IA humanoïde : la Chine injecte 5 milliards $ en 60 jours

Pendant que l’Occident s’enlise dans des débats sans fin sur l’éthique de l’IA, la Chine a tranché : elle construit, elle déploie, et surtout, elle finance à perte de vue. Sur les deux premiers mois de l’année 2026, le secteur chinois de la robotique humanoïde et de l’IA incarnée (embodied AI) a englouti plus de 4,6 milliards d’euros de financements. Ce n’est pas une coquille. L’argent coule à flots au rythme effréné de plus de 65 millions d’euros (un demi-milliard de yuans) par jour. Un véritable raz-de-marée stratégique destiné à asseoir une domination sans partage sur la prochaine génération d’IA physique.

La vitesse de croisière de ces investissements donne le tournis. En seulement soixante jours, le pays a enregistré neuf levées de fonds distinctes dépassant le milliard de yuans (environ 135 millions d’euros), contre seulement six opérations de cette envergure sur toute l’année 2025. La tête d’affiche de ce blitz financier n’est autre que Galbot Robotics, qui a bouclé le 2 mars un tour de table colossal de 2,5 milliards de yuans (~335 millions d’euros), propulsant sa valorisation aux alentours des 2,8 milliards d’euros. Plus révélateur encore : ce tour a été co-dirigé par le « Big Fund III », le poids lourd des fonds d’investissement nationaux chinois dédié aux semi-conducteurs. C’est la toute première incursion de ce fonds souverain dans une entreprise d’IA incarnée, un signal qui hurle « priorité stratégique nationale » plus fort qu’un sergent instructeur en plein exercice.

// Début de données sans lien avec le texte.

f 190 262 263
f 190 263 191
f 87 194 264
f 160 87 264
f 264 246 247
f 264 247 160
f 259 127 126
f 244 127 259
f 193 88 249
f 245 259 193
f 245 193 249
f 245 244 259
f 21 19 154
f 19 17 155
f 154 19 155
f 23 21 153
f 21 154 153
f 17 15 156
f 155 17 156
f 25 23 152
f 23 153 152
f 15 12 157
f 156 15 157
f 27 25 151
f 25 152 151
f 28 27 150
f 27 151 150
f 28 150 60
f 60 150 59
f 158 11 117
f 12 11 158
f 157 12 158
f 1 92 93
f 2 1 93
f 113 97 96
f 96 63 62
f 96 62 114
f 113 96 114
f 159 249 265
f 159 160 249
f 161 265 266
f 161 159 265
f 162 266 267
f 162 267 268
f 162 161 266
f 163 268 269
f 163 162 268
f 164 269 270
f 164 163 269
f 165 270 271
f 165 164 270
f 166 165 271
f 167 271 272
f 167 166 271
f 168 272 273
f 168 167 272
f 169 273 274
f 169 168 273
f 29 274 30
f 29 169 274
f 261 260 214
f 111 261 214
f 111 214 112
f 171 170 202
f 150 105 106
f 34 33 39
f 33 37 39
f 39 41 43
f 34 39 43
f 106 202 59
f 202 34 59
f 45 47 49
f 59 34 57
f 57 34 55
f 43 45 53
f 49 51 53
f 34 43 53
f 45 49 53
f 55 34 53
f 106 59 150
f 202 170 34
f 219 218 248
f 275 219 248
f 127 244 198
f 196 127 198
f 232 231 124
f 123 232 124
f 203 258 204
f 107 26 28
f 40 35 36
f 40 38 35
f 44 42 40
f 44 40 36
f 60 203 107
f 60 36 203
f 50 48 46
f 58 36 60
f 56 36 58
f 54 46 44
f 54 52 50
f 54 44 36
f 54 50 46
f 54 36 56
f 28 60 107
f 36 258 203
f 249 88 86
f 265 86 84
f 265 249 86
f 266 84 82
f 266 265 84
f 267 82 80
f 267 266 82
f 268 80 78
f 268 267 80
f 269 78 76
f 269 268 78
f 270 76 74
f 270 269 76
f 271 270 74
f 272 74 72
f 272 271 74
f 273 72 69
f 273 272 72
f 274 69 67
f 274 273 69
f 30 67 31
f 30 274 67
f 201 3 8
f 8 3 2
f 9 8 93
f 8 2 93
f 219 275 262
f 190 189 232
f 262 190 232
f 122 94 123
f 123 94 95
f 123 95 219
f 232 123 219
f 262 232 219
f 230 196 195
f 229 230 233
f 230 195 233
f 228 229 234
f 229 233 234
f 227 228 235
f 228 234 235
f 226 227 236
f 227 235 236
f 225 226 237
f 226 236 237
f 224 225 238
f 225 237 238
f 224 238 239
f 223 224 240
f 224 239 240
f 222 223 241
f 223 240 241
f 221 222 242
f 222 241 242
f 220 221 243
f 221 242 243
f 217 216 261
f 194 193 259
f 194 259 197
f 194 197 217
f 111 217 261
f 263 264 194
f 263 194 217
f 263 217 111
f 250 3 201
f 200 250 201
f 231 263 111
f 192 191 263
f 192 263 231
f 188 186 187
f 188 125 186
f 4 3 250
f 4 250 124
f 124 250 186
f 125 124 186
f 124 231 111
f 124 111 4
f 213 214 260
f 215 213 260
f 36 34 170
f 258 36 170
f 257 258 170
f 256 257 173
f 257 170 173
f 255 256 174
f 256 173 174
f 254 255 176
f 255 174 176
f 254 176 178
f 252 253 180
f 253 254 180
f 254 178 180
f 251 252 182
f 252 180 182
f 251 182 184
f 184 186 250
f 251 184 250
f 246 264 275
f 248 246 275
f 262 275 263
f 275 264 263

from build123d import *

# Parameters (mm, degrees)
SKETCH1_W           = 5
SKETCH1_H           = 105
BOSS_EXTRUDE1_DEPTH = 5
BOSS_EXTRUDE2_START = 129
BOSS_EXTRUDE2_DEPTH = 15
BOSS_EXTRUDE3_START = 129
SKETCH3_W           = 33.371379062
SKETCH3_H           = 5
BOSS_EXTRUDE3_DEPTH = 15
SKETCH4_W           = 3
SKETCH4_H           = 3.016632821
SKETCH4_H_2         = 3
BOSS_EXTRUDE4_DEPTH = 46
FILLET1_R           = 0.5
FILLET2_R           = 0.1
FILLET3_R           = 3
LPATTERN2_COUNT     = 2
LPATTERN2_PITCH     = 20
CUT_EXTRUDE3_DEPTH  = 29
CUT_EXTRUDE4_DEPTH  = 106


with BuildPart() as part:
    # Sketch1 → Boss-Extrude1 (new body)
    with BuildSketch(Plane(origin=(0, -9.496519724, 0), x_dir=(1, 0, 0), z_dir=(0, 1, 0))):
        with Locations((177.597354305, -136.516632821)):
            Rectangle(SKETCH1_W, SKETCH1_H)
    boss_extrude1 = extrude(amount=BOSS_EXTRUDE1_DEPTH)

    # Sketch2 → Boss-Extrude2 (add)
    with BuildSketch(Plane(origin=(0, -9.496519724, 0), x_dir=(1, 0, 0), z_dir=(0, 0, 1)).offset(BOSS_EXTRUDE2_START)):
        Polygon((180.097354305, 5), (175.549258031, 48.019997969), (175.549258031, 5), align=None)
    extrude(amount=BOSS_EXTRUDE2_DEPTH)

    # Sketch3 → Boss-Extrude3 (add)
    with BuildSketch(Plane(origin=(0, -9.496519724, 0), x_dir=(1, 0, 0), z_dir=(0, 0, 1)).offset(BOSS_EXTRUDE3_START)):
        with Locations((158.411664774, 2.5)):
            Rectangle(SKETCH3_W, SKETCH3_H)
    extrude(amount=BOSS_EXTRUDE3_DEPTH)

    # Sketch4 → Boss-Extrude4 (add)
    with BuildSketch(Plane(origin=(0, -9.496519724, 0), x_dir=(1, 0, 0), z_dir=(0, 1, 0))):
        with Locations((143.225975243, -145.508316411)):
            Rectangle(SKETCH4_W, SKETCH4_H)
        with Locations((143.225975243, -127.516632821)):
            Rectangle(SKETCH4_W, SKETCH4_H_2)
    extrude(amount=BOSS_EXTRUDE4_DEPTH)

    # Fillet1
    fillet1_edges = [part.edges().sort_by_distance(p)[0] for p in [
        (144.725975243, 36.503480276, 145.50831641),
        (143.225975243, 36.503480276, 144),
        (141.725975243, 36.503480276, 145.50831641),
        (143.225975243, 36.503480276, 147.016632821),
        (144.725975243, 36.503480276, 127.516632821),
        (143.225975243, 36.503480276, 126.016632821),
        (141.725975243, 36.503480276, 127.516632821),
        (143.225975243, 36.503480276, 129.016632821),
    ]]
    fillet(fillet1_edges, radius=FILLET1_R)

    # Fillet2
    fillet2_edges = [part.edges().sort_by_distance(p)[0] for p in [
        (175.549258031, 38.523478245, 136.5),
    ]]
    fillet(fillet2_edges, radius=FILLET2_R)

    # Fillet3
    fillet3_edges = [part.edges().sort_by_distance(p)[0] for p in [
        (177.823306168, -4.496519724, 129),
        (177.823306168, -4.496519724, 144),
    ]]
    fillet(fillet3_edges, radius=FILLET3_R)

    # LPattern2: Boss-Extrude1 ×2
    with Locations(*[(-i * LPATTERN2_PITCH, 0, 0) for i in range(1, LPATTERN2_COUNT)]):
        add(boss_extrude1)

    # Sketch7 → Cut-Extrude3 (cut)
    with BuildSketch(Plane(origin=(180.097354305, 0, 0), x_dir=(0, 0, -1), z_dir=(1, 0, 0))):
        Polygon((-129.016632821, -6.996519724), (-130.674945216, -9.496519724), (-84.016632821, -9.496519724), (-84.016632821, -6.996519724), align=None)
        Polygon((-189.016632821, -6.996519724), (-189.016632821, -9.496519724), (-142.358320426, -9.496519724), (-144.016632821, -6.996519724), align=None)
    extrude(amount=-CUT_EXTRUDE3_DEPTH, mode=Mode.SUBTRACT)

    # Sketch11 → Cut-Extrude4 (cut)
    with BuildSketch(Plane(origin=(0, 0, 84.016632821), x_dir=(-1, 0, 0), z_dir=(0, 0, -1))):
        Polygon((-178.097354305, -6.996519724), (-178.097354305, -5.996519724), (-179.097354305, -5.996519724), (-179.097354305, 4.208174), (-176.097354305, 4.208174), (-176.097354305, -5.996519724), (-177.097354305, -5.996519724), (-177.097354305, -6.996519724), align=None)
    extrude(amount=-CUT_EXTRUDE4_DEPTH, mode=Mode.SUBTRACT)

Pourquoi est-ce un tournant ?

Nous ne sommes pas face à une simple bulle de capital-risque, mais devant une manœuvre industrielle calculée et adoubée par l’État. L’implication du « Big Fund » — une entité créée pour garantir la souveraineté de la Chine sur les puces électroniques — est l’indicateur le plus parlant. Pékin traite désormais la robotique humanoïde avec la même gravité stratégique que les microprocesseurs. Cette frénésie semble avoir été déclenchée par un point d’inflexion en juillet 2025, lorsque des entreprises comme Unitree Robotics et Agibot ont décroché des commandes commerciales, certes modestes mais symboliques, auprès de China Mobile. Ce premier parfum de viabilité commerciale a suffi à convaincre les investisseurs et l’appareil d’État que le temps des théories était révolu.

Alors que les firmes occidentales trustent les gros titres avec des démos léchées sur les réseaux sociaux, la Chine bâtit en silence — ou plutôt, avec un fracas financier assourdissant — les fondations industrielles et économiques nécessaires pour déployer des robots humanoïdes à une échelle jamais vue. Le message est limpide : la course à la suprématie dans l’IA incarnée ne se gagnera pas seulement à coups d’algorithmes ingénieux, mais par la force brute de la puissance industrielle et financière. Et pour l’instant, la Chine a le pied au plancher.